東光スポーツ公園基本計画(複合体育施設)
基本計画(平成28年改訂版)
東光スポーツ公園基本計画(複合体育施設)(PDF形式 1,860キロバイト)
目次
- はじめに
- 計画見直しの考え方
- 東光スポーツ公園の概要
(1)平成21年度の基本計画見直しによる全体の概要
(2)基本理念・整備テーマ・計画内容 - 本市の屋内スポーツの状況
(1)屋内スポーツ施設の利用状況
(2)その他施設の利用状況
(3)大会の開催状況
(4)旭川市総合体育館の利用状況
(5)利用団体からの意見
(6)市民アンケートの結果
(7)屋内スポーツの状況 - 複合体育施設の機能整理
(1)整備の基本方針
(2)各施設の競技面の大きさ
(3)防災公園の拠点機能 - 基本計画(複合体育施設)
(1)敷地の条件
(2)配置計画・動線計画
(3)分割整備と整備優先機能
(4)施設計画
(5)内外装計画
(6)構造計画
(7)設備計画
(8)バリアフリーへの対応
(9)関連法規への対応 - 概算工事費
- 今後の進め方
1 はじめに
東光スポーツ公園は、本市のスポーツ振興や公園緑地の適正化を図るとともに、防災意識の高まり等に対応するため、平成11年度に基本計画を策定し、平成13年度に事業の期間を平成32年度までの20年間として事業に着手しました。
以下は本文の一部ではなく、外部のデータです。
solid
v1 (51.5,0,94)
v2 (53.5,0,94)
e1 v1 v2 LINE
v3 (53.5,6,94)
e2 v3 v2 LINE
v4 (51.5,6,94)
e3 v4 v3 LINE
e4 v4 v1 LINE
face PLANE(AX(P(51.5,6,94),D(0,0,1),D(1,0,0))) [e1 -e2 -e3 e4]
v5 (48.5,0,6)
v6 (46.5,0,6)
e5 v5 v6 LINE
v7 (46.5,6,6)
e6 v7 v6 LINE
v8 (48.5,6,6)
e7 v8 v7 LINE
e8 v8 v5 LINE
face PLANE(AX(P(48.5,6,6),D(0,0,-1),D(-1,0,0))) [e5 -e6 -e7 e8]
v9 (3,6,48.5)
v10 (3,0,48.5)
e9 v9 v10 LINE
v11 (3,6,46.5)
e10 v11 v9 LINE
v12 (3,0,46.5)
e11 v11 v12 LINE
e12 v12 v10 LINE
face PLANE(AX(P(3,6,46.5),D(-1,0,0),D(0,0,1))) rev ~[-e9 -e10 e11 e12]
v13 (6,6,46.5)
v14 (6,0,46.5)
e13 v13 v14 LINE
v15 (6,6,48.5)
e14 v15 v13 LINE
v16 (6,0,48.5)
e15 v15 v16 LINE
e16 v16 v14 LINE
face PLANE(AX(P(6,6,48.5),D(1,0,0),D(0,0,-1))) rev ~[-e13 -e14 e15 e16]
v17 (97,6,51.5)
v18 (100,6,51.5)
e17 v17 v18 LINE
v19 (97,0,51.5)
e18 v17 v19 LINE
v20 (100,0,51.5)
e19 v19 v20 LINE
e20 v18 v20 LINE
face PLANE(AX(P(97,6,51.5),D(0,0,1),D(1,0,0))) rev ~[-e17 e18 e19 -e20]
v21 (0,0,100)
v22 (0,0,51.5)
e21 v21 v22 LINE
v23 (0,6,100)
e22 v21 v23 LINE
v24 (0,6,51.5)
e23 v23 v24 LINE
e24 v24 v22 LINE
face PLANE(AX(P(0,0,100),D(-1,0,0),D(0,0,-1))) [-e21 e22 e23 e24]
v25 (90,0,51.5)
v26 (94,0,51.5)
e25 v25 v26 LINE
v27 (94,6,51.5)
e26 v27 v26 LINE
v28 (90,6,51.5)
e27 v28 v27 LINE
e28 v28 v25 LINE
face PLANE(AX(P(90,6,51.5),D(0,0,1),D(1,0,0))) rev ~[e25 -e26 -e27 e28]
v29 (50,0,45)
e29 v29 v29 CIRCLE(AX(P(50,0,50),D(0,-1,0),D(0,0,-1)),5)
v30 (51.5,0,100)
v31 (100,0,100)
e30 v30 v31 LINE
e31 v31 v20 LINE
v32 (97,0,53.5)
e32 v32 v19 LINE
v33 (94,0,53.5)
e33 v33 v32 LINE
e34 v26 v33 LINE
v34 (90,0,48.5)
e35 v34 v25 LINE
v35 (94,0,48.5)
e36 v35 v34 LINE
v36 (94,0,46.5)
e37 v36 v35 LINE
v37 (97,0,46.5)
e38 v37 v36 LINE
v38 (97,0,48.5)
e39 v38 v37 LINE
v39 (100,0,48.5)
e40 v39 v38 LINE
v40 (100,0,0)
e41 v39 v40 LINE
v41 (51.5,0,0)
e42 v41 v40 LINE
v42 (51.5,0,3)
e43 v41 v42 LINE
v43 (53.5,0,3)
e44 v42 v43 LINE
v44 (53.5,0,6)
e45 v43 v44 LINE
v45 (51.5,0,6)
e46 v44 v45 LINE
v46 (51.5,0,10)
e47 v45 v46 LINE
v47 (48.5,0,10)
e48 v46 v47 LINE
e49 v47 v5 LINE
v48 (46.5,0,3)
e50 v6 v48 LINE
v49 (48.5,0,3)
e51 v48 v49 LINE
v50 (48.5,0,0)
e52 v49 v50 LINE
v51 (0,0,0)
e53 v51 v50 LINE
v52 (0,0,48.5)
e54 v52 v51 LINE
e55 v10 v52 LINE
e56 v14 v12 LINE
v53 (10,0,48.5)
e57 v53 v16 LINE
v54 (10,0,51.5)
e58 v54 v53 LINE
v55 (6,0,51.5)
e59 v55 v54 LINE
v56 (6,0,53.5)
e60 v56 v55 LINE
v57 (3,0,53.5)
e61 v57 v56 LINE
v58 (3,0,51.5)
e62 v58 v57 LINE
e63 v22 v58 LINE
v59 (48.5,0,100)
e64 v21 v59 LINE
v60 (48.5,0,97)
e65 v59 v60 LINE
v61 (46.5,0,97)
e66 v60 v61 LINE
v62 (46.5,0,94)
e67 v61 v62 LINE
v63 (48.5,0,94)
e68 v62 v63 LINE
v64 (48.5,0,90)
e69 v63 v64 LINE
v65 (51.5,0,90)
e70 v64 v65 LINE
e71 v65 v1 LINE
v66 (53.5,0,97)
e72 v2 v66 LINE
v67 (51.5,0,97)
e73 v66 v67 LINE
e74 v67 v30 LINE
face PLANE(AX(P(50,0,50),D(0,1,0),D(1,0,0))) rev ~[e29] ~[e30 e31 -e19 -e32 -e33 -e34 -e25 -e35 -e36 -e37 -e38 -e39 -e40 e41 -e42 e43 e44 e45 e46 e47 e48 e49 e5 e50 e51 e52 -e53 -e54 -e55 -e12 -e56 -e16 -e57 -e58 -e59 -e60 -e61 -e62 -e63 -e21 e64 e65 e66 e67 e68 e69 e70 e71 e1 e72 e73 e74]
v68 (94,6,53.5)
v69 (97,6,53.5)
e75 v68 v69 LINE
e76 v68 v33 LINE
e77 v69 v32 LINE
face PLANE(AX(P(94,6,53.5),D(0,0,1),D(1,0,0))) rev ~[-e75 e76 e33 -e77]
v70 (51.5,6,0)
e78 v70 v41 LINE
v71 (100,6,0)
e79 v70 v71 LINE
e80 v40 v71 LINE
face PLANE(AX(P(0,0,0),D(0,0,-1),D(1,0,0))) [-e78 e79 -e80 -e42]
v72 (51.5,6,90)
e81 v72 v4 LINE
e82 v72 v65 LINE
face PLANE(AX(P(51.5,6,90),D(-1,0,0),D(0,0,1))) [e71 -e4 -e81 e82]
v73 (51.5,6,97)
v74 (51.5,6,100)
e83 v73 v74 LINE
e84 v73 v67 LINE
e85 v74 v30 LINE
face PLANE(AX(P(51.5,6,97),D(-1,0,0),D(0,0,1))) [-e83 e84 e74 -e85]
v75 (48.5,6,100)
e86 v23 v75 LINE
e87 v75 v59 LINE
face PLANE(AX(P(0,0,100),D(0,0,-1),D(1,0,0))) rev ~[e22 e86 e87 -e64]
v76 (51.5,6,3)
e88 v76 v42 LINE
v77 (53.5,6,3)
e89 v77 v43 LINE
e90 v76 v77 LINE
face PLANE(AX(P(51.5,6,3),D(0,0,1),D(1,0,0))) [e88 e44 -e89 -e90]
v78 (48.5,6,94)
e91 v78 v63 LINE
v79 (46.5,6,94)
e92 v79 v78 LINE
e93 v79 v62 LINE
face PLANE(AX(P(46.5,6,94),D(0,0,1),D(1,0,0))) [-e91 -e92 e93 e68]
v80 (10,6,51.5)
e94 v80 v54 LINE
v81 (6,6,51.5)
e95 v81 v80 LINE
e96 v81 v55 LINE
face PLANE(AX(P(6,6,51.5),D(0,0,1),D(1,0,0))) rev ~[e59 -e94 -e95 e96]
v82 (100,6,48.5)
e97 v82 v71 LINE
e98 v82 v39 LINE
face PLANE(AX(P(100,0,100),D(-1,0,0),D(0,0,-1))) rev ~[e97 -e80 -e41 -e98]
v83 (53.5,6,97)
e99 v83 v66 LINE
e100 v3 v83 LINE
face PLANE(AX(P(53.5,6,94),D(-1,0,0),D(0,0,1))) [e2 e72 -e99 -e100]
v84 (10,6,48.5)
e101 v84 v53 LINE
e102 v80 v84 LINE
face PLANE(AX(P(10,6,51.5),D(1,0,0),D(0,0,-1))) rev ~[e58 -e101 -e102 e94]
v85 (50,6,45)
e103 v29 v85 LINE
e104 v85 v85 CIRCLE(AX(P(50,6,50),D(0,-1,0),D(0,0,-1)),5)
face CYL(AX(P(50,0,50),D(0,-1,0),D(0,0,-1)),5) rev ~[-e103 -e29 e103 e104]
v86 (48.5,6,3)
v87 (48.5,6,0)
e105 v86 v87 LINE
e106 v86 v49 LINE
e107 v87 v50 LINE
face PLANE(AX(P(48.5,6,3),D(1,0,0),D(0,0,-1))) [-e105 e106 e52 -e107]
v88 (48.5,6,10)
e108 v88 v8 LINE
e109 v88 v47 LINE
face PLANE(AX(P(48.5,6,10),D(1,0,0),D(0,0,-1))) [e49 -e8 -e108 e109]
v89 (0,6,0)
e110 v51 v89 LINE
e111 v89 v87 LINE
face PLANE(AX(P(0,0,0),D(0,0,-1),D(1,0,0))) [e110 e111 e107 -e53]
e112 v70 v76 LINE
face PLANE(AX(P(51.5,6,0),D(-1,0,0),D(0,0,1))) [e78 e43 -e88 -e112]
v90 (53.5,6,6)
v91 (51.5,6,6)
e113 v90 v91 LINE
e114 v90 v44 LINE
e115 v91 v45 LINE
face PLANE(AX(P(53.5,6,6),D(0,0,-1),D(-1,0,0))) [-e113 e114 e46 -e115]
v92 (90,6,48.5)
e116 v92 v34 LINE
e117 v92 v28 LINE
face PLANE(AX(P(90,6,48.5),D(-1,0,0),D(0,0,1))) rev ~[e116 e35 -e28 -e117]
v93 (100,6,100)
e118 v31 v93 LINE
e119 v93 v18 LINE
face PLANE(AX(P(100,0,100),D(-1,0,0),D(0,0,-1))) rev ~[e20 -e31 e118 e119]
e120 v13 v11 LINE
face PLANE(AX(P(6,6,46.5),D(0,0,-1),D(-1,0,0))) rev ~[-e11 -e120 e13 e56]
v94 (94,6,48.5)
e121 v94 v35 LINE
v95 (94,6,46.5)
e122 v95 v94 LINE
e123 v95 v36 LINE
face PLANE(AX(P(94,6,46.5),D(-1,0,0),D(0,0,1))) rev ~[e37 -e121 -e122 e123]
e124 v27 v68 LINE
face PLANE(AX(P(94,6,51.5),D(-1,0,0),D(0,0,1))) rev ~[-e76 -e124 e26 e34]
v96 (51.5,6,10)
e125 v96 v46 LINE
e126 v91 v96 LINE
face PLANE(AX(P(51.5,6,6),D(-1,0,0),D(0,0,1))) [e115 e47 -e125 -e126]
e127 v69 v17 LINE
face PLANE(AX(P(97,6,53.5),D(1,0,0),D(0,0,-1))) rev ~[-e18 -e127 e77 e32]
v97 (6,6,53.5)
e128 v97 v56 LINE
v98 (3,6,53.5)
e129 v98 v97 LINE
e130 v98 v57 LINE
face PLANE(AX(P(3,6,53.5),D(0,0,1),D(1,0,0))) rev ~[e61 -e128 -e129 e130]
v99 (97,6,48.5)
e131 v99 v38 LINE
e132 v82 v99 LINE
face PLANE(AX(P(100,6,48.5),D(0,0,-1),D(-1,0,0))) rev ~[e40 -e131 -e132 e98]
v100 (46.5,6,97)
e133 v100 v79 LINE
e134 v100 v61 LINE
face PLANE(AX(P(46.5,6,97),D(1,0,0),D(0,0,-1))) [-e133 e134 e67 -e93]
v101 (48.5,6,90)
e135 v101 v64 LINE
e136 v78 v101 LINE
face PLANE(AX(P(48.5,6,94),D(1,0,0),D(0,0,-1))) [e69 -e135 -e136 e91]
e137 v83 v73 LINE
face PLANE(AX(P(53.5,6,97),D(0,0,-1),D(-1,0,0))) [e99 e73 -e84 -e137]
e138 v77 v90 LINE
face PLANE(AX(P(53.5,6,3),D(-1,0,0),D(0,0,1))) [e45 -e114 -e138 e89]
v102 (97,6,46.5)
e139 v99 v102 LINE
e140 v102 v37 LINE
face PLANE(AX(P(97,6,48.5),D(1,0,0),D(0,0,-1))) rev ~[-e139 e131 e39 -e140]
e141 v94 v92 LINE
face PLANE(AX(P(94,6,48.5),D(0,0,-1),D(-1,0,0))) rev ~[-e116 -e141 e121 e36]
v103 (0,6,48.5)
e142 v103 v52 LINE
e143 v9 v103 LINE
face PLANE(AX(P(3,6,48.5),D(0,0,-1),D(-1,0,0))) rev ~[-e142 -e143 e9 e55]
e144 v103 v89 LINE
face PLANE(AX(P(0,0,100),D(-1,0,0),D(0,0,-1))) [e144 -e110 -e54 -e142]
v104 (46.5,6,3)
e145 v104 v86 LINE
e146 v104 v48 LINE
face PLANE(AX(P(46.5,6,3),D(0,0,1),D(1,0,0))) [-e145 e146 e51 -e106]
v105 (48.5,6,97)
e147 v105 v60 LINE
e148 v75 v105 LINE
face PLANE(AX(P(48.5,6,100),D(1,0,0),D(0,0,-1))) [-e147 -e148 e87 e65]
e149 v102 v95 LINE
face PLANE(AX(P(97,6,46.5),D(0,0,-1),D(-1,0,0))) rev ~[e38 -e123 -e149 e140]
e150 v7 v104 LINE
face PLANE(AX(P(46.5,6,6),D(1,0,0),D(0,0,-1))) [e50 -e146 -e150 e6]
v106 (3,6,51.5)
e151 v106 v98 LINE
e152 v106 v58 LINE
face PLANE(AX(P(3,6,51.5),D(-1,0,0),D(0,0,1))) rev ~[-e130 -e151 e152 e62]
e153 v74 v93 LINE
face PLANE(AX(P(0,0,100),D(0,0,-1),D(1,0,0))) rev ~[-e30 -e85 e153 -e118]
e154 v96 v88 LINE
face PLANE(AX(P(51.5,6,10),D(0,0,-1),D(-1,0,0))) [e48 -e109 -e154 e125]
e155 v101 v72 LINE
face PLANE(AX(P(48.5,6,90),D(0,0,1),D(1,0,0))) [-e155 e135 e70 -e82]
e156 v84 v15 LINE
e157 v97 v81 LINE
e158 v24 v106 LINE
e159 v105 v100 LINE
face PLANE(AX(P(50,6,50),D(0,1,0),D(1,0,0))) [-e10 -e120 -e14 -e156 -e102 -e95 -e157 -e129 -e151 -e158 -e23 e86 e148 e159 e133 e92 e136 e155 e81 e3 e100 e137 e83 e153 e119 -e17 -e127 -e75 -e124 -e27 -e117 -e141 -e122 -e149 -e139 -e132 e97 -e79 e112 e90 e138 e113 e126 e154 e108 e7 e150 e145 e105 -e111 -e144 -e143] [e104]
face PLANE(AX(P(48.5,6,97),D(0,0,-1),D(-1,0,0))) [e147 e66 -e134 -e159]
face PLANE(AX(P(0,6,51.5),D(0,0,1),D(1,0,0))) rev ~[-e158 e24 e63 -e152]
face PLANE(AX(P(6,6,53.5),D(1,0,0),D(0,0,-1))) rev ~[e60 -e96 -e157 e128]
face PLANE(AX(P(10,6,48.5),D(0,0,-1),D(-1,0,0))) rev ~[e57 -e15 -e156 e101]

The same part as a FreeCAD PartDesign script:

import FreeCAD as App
import Part
import Sketcher

V = App.Vector


def add_polygon(sketch, points):
    """Adds a closed chain of lines whose ends are joined by coincident constraints."""
    first, n = sketch.GeometryCount, len(points)
    for a, b in zip(points, points[1:] + points[:1]):
        sketch.addGeometry(Part.LineSegment(App.Vector(*a, 0), App.Vector(*b, 0)), False)
    for i in range(n):
        sketch.addConstraint(Sketcher.Constraint("Coincident", first + i, 2, first + (i + 1) % n, 1))

doc = App.newDocument("Part")
body = doc.addObject("PartDesign::Body", "Body")

sketch1 = body.newObject("Sketcher::SketchObject", "Sketch")
sketch1.AttachmentSupport = (doc.getObject("XZ_Plane"), [""])
sketch1.MapMode = "FlatFace"
add_polygon(sketch1, [(0, 0), (0, 100), (100, 100), (100, 0)])
sketch1.addConstraint(Sketcher.Constraint("Vertical", 0))
sketch1.addConstraint(Sketcher.Constraint("Horizontal", 1))
sketch1.addConstraint(Sketcher.Constraint("Vertical", 2))
sketch1.addConstraint(Sketcher.Constraint("Horizontal", 3))
sketch1.addConstraint(Sketcher.Constraint("Coincident", 3, 2, -1, 1))
sketch1.addConstraint(Sketcher.Constraint("Equal", 3, 0))
sketch1.addConstraint(Sketcher.Constraint("DistanceX", 1, 1, 1, 2, 100.0))
pad1 = body.newObject("PartDesign::Pad", "Pad")
pad1.Profile = sketch1
pad1.Length = 6
pad1.Reversed = True

sketch2 = body.newObject("Sketcher::SketchObject", "Sketch001")
sketch2.AttachmentSupport = (doc.getObject("XZ_Plane"), [""])
sketch2.MapMode = "FlatFace"
sketch2.AttachmentOffset = App.Placement(V(0, 0, -6), App.Rotation())
add_polygon(sketch2, [(51.5, 0), (48.5, 0), (48.5, 3), (46.5, 3), (46.5, 6), (48.5, 6), (48.5, 10), (51.5, 10), (51.5, 6), (53.5, 6), (53.5, 3), (51.5, 3)])
add_polygon(sketch2, [(48.5, 97), (48.5, 100), (51.5, 100), (51.5, 97), (53.5, 97), (53.5, 94), (51.5, 94), (51.5, 90), (48.5, 90), (48.5, 94), (46.5, 94), (46.5, 97)])
sketch2.addConstraint(Sketcher.Constraint("Horizontal", 0))
sketch2.addConstraint(Sketcher.Constraint("Vertical", 1))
その後、基本計画策定から10年を経過した平成21年度には、社会状況や市民スポーツを取り巻く環境の変化、本市の財政状況等を踏まえ、基本計画の見直しを行い、公園の中核施設となる複合体育施設は、体育館、武道館の整備を先行し、プール、アリーナの建設を凍結することとしています。
これまで、基本計画に基づき軟式野球場、球技場、パークゴルフ場のほか、アスレチック要素のある遊具を配置した遊びの広場や緩やかな傾斜をもつ芝生、修景池のあるレクリエーション広場などの整備が進み、現在、全国、全道や市内の各種スポーツ大会の開催はもとより、日常的なスポーツ、レクリエーションの場として多くの市民に利用されています。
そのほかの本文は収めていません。